- **Action item**: Transcribe the records below exactly, from their first line through the line containing "e6 v4 v4 CIRCLE(AX(P(9,9,5),D(0,0,1),D(1,0,0)),1.6)". Omit every line after it.

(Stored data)
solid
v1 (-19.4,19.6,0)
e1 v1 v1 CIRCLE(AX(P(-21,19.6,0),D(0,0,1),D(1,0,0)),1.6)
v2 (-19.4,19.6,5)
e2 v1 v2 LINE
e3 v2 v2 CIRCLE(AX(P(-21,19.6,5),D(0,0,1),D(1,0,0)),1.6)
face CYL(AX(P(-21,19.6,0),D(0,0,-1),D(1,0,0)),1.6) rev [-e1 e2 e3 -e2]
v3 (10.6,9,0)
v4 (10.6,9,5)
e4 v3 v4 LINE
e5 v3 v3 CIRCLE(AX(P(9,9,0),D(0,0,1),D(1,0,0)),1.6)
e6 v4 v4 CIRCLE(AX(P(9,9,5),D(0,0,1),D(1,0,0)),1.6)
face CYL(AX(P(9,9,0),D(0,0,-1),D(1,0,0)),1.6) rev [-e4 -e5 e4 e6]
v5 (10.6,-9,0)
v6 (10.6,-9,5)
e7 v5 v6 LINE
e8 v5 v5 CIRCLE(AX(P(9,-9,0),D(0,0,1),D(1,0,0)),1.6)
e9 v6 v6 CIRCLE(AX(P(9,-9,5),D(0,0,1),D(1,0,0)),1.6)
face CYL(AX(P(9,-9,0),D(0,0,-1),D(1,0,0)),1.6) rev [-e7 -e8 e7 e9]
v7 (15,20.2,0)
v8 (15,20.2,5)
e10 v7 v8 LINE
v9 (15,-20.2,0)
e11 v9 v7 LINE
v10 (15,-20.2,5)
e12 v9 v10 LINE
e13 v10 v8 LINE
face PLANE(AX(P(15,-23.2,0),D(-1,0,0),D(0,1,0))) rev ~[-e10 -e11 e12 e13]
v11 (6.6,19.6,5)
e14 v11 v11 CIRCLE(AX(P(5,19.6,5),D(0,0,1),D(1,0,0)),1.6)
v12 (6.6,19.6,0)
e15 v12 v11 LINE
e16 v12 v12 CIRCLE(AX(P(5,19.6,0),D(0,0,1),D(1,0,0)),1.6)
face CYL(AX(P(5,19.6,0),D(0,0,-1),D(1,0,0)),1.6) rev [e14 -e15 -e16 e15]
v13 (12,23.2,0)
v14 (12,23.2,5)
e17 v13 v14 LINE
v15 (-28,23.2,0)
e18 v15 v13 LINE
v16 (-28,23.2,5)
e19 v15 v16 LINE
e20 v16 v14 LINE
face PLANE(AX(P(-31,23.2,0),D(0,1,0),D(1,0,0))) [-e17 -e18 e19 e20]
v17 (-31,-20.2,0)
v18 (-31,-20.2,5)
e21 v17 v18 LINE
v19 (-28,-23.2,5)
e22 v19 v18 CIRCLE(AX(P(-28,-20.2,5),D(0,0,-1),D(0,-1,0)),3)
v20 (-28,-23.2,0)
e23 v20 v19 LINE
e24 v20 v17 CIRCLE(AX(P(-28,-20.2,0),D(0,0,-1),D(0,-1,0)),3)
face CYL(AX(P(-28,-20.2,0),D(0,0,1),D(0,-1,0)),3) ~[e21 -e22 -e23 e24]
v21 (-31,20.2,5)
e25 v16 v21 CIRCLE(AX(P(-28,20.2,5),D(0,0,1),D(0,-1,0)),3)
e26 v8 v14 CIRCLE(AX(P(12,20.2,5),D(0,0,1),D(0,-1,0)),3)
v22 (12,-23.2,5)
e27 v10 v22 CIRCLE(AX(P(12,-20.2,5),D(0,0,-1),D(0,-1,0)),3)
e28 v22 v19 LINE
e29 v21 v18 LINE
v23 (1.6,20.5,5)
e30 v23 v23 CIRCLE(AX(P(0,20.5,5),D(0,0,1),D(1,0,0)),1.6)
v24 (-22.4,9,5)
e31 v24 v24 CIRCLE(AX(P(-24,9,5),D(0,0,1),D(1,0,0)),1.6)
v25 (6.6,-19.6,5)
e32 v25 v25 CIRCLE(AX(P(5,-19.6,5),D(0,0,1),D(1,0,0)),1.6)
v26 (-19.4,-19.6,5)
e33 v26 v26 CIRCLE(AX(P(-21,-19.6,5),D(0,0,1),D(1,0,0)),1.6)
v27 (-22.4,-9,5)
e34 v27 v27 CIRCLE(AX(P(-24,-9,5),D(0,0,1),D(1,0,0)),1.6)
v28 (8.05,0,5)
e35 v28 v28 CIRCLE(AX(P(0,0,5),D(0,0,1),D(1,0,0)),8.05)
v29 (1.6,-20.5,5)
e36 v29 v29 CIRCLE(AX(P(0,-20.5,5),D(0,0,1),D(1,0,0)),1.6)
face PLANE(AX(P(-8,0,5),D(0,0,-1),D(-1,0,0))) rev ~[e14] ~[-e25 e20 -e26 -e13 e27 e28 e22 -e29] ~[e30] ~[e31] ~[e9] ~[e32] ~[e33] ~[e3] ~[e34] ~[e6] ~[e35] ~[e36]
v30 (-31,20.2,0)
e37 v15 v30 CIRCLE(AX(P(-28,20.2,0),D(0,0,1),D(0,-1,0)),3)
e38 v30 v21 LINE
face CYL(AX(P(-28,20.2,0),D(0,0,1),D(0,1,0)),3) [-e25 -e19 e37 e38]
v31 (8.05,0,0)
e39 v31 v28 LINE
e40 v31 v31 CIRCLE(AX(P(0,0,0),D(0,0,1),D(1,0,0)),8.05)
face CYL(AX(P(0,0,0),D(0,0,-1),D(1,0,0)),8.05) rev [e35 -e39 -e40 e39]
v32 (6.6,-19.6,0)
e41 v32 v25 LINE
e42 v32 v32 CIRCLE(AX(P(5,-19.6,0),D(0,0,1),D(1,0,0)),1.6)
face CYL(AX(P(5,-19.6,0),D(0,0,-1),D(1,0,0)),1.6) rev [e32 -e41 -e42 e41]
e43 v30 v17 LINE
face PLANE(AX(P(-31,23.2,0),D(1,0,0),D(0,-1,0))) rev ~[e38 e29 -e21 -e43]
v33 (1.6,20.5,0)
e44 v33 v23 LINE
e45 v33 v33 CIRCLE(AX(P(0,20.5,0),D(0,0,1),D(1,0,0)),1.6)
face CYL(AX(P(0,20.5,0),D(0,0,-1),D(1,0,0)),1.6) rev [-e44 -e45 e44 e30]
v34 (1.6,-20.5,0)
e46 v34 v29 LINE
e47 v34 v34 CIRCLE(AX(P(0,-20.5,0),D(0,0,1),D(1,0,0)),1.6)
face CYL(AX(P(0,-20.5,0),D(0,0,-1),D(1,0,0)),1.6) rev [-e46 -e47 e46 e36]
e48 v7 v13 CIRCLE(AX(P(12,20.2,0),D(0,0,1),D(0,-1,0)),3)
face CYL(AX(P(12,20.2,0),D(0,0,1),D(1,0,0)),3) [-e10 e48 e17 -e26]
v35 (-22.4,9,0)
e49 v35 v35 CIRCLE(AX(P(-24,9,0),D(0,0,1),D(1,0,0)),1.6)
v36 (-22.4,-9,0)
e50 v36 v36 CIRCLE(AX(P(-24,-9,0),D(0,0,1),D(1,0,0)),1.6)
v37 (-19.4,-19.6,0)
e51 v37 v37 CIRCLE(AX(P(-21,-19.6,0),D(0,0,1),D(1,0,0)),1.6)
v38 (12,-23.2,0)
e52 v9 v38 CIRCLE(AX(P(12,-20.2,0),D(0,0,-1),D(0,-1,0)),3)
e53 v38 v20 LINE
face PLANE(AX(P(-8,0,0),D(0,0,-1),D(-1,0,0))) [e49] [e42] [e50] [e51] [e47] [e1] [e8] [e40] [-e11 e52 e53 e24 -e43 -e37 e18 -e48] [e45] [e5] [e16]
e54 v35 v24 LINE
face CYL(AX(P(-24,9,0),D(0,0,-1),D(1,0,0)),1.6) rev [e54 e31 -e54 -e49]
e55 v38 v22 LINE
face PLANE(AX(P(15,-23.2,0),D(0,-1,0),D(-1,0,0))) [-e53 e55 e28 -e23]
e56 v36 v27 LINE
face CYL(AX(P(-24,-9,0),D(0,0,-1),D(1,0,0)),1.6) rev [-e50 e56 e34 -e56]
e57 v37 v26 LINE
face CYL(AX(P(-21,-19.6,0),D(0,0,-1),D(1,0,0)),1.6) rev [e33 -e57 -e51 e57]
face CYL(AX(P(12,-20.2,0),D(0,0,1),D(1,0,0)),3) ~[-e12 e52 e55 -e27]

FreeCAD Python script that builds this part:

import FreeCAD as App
import Part
import Sketcher


def edges_at(feature, points):
    """Names of the edges that pass closest to the given points."""
    edges = feature.Shape.Edges
    near = lambda p: min(range(len(edges)), key=lambda i: edges[i].distToShape(Part.Vertex(*p))[0])
    return sorted({f"Edge{near(p) + 1}" for p in points})


def add_polygon(sketch, points):
    """Adds a closed chain of lines whose ends are joined by coincident constraints."""
    first, n = sketch.GeometryCount, len(points)
    for a, b in zip(points, points[1:] + points[:1]):
        sketch.addGeometry(Part.LineSegment(App.Vector(*a, 0), App.Vector(*b, 0)), False)
    for i in range(n):
        sketch.addConstraint(Sketcher.Constraint("Coincident", first + i, 2, first + (i + 1) % n, 1))

doc = App.newDocument("Part")
body = doc.addObject("PartDesign::Body", "Body")

sketch1 = body.newObject("Sketcher::SketchObject", "Sketch")
sketch1.AttachmentSupport = (doc.getObject("XY_Plane"), [""])
sketch1.MapMode = "FlatFace"
add_polygon(sketch1, [(15, -23.2), (15, 23.2), (-31, 23.2), (-31, -23.2)])
sketch1.addGeometry(Part.Circle(App.Vector(5, -19.6, 0), App.Vector(0, 0, 1), 1.6), False)
sketch1.addGeometry(Part.Circle(App.Vector(0, -20.5, 0), App.Vector(0, 0, 1), 1.6), False)
sketch1.addGeometry(Part.Circle(App.Vector(9, -9, 0), App.Vector(0, 0, 1), 1.6), False)
sketch1.addGeometry(Part.Circle(App.Vector(-21, -19.6, 0), App.Vector(0, 0, 1), 1.6), False)
sketch1.addGeometry(Part.Circle(App.Vector(-24, -9, 0), App.Vector(0, 0, 1), 1.6), False)
sketch1.addGeometry(Part.Circle(App.Vector(9, 9, 0), App.Vector(0, 0, 1), 1.6), False)
sketch1.addGeometry(Part.Circle(App.Vector(0, 0, 0), App.Vector(0, 0, 1), 8.05), False)
sketch1.addGeometry(Part.Circle(App.Vector(5, 19.6, 0), App.Vector(0, 0, 1), 1.6), False)
sketch1.addGeometry(Part.Circle(App.Vector(0, 20.5, 0), App.Vector(0, 0, 1), 1.6), False)
sketch1.addGeometry(Part.Circle(App.Vector(-24, 9, 0), App.Vector(0, 0, 1), 1.6), False)
sketch1.addGeometry(Part.Circle(App.Vector(-21, 19.6, 0), App.Vector(0, 0, 1), 1.6), False)
sketch1.addConstraint([
    Sketcher.Constraint("Vertical", 0),
    Sketcher.Constraint("Horizontal", 1),
    Sketcher.Constraint("Vertical", 2),
    Sketcher.Constraint("Horizontal", 3),
    Sketcher.Constraint("Coincident", 10, 3, -1, 1),
    Sketcher.Constraint("Equal", 4, 5),
    Sketcher.Constraint("Equal", 5, 6),
    Sketcher.Constraint("Equal", 6, 7),
    Sketcher.Constraint("Equal", 7, 8),
    Sketcher.Constraint("Equal", 8, 9),
    Sketcher.Constraint("Equal", 9, 11),
    Sketcher.Constraint("Equal", 11, 12),
    Sketcher.Constraint("Equal", 12, 13),
    Sketcher.Constraint("Equal", 13, 14),
    Sketcher.Constraint("Symmetric", 5, 3, 12, 3, -1, 1),
    Sketcher.Constraint("Symmetric", 6, 3, 9, 3, -1),
    Sketcher.Constraint("Symmetric", 4, 3, 11, 3, -1),
    Sketcher.Constraint("Symmetric", 8, 3, 13, 3, -1),
    Sketcher.Constraint("Symmetric", 7, 3, 14, 3, -1),
    Sketcher.Constraint("PointOnObject", 5, 3, -2),
    Sketcher.Constraint("Horizontal", 4, 3, 7, 3),
    Sketcher.Constraint("Horizontal", 6, 3, 8, 3),
    Sketcher.Constraint("Diameter", 4, 3.2),
    Sketcher.Constraint("Diameter", 10, 16.1),
    Sketcher.Constraint("DistanceX", 1, 2, 1, 1, 46.0),
    Sketcher.Constraint("DistanceY", 0, 1, 0, 2, 46.4),
    Sketcher.Constraint("DistanceX", -1, 1, 4, 3, 5.0),
    Sketcher.Constraint("DistanceX", -1, 1, 6, 3, 9.0),
    Sketcher.Constraint("DistanceY", 6, 3, -1, 1, 9.0),
    Sketcher.Constraint("DistanceX", 7, 3, -1, 1, 21.0),
    Sketcher.Constraint("DistanceX", 8, 3, -1, 1, 24.0),
    Sketcher.Constraint("DistanceX", -1, 1, 0, 2, 15.0),
    Sketcher.Constraint("DistanceY", 4, 3, -1, 1, 19.6),
    Sketcher.Constraint("DistanceY", 5, 3, -1, 1, 20.5),
    Sketcher.Constraint("DistanceY", -1, 1, 0, 2, 23.2),
])
pad1 = body.newObject("PartDesign::Pad", "Pad")
pad1.Profile = sketch1
pad1.Length = 5
doc.recompute()

fillet = body.newObject("PartDesign::Fillet", "Fillet")
fillet.Base = (pad1, edges_at(pad1, [
    (-31, -23.2, 2.5),
    (-31, 23.2, 2.5),
    (15, 23.2, 2.5),
    (15, -23.2, 2.5),
]))
fillet.Radius = 3

doc.recompute()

- **Task answer**:
solid
v1 (-19.4,19.6,0)
e1 v1 v1 CIRCLE(AX(P(-21,19.6,0),D(0,0,1),D(1,0,0)),1.6)
v2 (-19.4,19.6,5)
e2 v1 v2 LINE
e3 v2 v2 CIRCLE(AX(P(-21,19.6,5),D(0,0,1),D(1,0,0)),1.6)
face CYL(AX(P(-21,19.6,0),D(0,0,-1),D(1,0,0)),1.6) rev [-e1 e2 e3 -e2]
v3 (10.6,9,0)
v4 (10.6,9,5)
e4 v3 v4 LINE
e5 v3 v3 CIRCLE(AX(P(9,9,0),D(0,0,1),D(1,0,0)),1.6)
e6 v4 v4 CIRCLE(AX(P(9,9,5),D(0,0,1),D(1,0,0)),1.6)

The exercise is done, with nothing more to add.